I've got a JCB pressure washer and an AutoBrite Snow Foam Lance. The latter came with a Kärcher K-series adaptor but, on advice here, I also bought a Lavor adaptor for the JCB.

I had to cut down the lugs on the Lavor to make it fit the JCB, but it works perfectly.

Now my JCB has died so I need a new pressure washer. I'm either going for a Kärcher K2 Compact or a Nilfisk C110 4-5 X-Tra. The latter is more appealing as it has a higher flow rate (440 l/hr against 360l/hr) and a longer high pressure hose. It is also cheaper...but if I have to buy a new adaptor then it will be more expensive!

The question is the fitting. My cut-down Lavor now looks very much like a Nilfisk fitting. Google Images has lots of photos of the two side-by-side, e.g. http://image.dhgate.com/albu_377299512_00-1.0x0/lavor-snow-foam-lance-foam-cannon-hp-for.jpg and they look the same apart from the size of the lugs. The only thing that maybe different is the diameters.

Can anyone tell me if the diameters of the spigots - both the part with the 'O' ring and the smaller diameter at the end - are the same between the two?


----------



## steve from wath (Dec 12, 2008)

lavor

http://www.directhoses.net/products/snow-foam-lance

click on the picture and scroll through,it gives you dimensions

if you have altered it from standard though it might not be as good as a new fitting for the appropitate lance


----------



## parish (Jun 29, 2006)

steve from wath said:


> lavor
> 
> http://www.directhoses.net/products/snow-foam-lance
> 
> ...


Thanks - that's what I'd been looking for, a pic/drawing with dimensions. They seem to be almost identical. The only change I made was to cut down the lugs.

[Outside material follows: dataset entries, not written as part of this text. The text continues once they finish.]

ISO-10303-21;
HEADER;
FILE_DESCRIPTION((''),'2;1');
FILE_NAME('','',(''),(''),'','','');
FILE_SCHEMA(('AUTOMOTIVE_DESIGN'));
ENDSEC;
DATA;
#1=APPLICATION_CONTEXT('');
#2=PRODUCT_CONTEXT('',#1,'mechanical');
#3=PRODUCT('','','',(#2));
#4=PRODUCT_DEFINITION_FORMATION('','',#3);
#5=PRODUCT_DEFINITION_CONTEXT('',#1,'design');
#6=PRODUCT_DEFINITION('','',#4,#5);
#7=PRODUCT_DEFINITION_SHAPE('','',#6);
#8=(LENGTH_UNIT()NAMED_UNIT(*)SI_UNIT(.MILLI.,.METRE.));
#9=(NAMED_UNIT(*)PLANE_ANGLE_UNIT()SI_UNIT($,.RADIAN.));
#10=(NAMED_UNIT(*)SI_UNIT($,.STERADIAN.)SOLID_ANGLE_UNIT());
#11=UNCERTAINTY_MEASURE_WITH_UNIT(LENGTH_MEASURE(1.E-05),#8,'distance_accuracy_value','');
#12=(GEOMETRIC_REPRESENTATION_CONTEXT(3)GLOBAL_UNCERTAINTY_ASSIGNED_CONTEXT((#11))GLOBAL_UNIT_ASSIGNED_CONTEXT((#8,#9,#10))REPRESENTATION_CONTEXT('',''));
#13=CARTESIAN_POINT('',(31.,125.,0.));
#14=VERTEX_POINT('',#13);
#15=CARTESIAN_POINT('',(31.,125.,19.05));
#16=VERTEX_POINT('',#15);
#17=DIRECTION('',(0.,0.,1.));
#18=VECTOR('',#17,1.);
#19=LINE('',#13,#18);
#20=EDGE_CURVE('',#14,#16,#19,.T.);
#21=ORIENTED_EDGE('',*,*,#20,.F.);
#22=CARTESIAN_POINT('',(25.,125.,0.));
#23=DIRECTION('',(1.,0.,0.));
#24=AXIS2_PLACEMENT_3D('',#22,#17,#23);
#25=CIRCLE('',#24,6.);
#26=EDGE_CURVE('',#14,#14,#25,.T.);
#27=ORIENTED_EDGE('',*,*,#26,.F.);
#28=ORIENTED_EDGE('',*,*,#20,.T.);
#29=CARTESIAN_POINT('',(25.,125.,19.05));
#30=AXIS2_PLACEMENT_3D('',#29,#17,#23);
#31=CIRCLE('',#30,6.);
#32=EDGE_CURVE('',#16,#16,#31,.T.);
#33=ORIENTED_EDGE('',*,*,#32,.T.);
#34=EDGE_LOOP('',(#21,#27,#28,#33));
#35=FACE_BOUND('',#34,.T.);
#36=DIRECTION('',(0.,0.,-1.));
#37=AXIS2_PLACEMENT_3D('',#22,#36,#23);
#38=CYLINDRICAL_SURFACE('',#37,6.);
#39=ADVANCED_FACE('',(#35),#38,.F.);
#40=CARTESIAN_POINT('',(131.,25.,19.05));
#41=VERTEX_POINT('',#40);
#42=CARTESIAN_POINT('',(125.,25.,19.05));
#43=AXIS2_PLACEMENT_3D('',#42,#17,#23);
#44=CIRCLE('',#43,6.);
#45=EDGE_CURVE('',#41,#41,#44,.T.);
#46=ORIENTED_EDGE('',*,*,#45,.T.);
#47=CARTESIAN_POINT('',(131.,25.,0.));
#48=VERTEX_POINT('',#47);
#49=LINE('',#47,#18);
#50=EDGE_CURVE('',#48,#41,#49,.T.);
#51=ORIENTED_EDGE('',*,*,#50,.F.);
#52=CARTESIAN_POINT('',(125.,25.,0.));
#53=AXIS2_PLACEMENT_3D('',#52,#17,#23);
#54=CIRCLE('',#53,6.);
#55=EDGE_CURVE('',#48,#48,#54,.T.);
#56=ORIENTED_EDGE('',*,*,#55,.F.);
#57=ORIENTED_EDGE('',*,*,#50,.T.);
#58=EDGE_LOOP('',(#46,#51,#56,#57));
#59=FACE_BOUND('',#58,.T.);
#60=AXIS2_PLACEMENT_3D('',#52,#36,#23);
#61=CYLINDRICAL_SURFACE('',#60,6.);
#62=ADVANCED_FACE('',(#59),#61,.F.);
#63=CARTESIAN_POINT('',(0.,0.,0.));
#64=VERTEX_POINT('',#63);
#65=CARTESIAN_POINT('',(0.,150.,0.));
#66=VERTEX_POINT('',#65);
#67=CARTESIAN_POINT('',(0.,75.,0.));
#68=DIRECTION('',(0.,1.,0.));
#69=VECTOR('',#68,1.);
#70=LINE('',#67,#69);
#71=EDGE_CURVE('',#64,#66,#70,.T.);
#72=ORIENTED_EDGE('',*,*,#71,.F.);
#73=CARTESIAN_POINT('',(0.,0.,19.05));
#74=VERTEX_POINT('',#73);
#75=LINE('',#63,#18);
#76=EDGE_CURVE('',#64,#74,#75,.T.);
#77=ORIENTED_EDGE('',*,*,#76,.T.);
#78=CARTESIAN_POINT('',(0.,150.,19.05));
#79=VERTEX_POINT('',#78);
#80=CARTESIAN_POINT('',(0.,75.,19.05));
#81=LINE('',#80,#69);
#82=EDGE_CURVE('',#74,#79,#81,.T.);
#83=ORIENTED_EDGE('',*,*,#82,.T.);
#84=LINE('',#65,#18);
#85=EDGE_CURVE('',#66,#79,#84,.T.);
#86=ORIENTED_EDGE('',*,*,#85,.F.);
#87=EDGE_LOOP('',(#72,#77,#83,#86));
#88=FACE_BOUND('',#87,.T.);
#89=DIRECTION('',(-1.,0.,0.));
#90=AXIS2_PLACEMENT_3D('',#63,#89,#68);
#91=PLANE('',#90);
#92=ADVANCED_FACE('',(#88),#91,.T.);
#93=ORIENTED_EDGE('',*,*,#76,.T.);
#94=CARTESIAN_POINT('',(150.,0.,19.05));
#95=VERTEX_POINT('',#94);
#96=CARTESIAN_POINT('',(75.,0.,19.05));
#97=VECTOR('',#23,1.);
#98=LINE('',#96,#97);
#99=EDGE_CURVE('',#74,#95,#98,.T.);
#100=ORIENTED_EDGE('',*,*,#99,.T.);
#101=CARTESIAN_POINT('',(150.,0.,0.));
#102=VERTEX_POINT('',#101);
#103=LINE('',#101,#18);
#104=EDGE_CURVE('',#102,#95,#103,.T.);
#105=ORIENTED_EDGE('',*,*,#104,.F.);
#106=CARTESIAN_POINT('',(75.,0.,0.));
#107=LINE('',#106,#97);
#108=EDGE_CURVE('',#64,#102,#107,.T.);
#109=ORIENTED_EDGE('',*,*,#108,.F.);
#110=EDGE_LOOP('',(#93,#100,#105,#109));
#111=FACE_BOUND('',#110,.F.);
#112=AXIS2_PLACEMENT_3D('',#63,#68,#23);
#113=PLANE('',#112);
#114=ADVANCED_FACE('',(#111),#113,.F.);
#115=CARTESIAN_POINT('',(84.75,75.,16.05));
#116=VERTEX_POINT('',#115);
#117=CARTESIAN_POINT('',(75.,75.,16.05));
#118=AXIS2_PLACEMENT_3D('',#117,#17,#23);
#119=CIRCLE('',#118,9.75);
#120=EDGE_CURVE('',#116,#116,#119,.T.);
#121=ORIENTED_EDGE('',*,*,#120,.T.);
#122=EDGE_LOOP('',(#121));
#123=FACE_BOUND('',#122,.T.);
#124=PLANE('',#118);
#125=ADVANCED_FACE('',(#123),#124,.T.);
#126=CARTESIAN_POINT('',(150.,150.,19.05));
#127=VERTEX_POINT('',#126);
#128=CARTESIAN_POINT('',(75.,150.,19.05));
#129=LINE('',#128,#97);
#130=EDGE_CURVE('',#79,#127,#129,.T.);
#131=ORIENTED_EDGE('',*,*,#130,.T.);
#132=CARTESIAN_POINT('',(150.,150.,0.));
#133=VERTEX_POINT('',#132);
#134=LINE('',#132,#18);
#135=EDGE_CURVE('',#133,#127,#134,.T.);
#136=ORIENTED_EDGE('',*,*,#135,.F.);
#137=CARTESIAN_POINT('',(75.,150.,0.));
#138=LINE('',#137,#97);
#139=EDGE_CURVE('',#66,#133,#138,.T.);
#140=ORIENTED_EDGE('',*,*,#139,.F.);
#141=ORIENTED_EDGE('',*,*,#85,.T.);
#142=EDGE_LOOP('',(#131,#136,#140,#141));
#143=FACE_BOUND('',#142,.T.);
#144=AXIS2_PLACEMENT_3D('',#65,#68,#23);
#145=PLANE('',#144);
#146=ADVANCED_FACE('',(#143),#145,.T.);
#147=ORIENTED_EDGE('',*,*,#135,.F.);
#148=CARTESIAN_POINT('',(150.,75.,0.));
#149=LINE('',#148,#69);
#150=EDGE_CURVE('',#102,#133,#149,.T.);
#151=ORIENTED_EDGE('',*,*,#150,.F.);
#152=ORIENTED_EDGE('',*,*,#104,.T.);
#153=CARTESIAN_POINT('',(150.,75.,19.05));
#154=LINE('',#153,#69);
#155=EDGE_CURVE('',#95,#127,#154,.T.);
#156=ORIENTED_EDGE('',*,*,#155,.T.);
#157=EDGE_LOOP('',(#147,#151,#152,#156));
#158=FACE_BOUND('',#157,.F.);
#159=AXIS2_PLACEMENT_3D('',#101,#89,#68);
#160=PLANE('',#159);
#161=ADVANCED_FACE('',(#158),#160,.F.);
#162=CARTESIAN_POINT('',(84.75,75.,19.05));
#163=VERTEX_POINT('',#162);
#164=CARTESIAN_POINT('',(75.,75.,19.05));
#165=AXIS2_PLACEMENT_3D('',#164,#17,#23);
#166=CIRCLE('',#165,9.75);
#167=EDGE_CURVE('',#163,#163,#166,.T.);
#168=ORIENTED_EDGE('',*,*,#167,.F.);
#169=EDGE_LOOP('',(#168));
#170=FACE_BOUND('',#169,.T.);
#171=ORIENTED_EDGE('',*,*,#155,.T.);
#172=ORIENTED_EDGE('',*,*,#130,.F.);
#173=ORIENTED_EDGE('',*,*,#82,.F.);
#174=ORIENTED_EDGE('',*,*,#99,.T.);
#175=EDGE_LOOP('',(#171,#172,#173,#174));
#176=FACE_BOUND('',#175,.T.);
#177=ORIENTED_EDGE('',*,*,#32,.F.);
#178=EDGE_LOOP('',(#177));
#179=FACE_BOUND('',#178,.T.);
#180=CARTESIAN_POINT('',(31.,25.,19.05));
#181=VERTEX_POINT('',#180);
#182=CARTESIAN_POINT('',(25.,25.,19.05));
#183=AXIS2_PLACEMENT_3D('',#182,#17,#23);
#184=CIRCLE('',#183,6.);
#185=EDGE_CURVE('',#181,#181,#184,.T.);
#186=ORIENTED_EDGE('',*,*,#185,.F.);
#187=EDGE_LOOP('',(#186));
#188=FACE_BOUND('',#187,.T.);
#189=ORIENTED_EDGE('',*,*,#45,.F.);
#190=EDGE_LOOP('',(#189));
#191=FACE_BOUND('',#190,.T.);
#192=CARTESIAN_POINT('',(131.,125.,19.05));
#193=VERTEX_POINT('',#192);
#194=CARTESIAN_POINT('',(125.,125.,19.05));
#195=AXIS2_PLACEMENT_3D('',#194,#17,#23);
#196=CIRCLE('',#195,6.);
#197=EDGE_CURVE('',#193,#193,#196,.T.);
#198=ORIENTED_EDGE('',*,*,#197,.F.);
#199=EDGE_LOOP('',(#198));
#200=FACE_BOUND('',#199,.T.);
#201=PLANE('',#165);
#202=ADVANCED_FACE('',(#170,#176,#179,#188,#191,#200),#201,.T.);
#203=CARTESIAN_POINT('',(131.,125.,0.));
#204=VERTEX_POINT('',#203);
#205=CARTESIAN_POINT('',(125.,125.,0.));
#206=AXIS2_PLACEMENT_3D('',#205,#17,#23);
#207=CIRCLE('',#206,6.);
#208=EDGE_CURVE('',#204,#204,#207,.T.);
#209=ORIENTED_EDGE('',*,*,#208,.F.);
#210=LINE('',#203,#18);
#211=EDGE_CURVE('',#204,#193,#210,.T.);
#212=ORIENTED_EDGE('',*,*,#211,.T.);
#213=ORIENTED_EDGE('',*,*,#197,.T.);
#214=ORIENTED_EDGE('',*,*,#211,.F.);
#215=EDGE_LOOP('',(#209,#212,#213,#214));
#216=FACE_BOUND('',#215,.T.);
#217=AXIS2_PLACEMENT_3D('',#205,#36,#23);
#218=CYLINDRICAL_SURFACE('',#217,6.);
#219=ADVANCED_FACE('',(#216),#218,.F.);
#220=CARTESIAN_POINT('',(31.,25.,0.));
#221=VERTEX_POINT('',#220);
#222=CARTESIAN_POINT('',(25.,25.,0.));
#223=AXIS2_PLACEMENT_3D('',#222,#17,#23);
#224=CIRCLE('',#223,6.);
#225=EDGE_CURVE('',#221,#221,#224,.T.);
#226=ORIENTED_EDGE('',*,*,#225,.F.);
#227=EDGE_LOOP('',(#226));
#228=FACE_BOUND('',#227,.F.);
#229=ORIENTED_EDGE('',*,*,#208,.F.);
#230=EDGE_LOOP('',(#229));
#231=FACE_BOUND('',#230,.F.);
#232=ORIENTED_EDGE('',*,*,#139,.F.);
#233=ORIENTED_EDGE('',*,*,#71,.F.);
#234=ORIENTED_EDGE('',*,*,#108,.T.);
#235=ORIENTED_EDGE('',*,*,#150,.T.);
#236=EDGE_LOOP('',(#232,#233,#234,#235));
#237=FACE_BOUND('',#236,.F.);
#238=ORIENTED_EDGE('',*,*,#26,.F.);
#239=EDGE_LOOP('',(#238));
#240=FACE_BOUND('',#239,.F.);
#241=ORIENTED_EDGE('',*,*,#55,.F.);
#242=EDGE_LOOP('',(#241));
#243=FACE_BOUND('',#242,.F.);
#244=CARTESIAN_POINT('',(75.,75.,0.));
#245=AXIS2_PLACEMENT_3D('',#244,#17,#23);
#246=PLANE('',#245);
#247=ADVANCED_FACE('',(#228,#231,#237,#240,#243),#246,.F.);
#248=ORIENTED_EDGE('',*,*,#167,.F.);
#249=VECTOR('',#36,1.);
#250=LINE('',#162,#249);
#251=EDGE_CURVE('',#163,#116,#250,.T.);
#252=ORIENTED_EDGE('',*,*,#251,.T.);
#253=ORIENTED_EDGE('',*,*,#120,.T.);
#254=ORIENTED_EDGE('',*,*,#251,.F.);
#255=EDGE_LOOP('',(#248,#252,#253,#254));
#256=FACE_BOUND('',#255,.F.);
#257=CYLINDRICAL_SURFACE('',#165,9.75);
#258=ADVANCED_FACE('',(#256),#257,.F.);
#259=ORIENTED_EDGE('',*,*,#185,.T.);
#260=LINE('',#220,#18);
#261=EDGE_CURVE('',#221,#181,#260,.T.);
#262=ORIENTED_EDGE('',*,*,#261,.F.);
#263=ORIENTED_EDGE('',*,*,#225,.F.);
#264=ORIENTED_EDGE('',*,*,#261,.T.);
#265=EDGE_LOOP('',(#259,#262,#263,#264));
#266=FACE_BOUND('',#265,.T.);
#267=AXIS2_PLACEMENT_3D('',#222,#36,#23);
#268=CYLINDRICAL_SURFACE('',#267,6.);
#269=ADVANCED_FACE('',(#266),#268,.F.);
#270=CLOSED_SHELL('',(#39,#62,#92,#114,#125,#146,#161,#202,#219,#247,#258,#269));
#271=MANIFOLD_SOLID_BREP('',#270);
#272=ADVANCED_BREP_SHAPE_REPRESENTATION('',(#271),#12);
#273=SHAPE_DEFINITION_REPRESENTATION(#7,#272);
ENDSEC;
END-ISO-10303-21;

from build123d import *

# Parameters (mm, degrees)
F0_W     = 150
F0_H     = 150
F0_R     = 6
F1_DEPTH = 19.05
F2_R     = 9.75
F3_DEPTH = 3


with BuildPart() as f1:
    # F0 (on Top) → F1 (new body)
    with BuildSketch(Plane.XY):
        with Locations((75, 75)):
            Rectangle(F0_W, F0_H)
        with Locations((25, 25)):
            Circle(F0_R, mode=Mode.SUBTRACT)
        with Locations((125, 25)):
            Circle(F0_R, mode=Mode.SUBTRACT)
        with Locations((25, 125)):
            Circle(F0_R, mode=Mode.SUBTRACT)
        with Locations((125, 125)):
            Circle(F0_R, mode=Mode.SUBTRACT)
    extrude(amount=F1_DEPTH)

    # F2 (on face) → F3 (cut)
    with BuildSketch(Plane.XY.offset(19.05)):
        with Locations((75, 75)):
            Circle(F2_R)
    extrude(amount=-F3_DEPTH, mode=Mode.SUBTRACT)


solid = f1.part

I've taken a chance and ordered the Nilfisk. It'll be here tomorrow so I'll find out for sure :thumb:


----------



## steve from wath (Dec 12, 2008)

where did you get it from ?


----------



## parish (Jun 29, 2006)

steve from wath said:


> where did you get it from ?


The Nilfisk? Amazon £64.99 :thumb:

Nilfisk C110 4-5 X-Tra Pressure Washer with 1400W Motor: Amazon.co.uk: DIY & Tools


----------



## parish (Jun 29, 2006)

steve from wath said:


> where did you get it from ?





dylan2012 said:


> The lavor fitting and the KEW/Alto fitting are the same except for the lugs. So your cut down Lavor fitting should fit your new Nilfisk. This is a link to the full range of lance adaptors and the machines they fit. Direct Hoses and many other suppliers on this site have the full range available, just quote the part numbers shown in the link! http://www.gspen.co.uk/supplementary-brochure#/62/


Nilfisk has arrived and yes, it does fit 

Can't test it though as the hosepipe won't stay on. I'd read about people having issues with the supplied connector with Hozelock connectors so I replaced the supplied one with the Hozelock one off my old JCB...same thing. This Nilfisk must generate some serious back-pressure when the pressure valve opens/closes.

I think I got some brass quick-release fittings somewhere that should lock more securely, but it's too dark and cold to be rummaging around the shed.


----------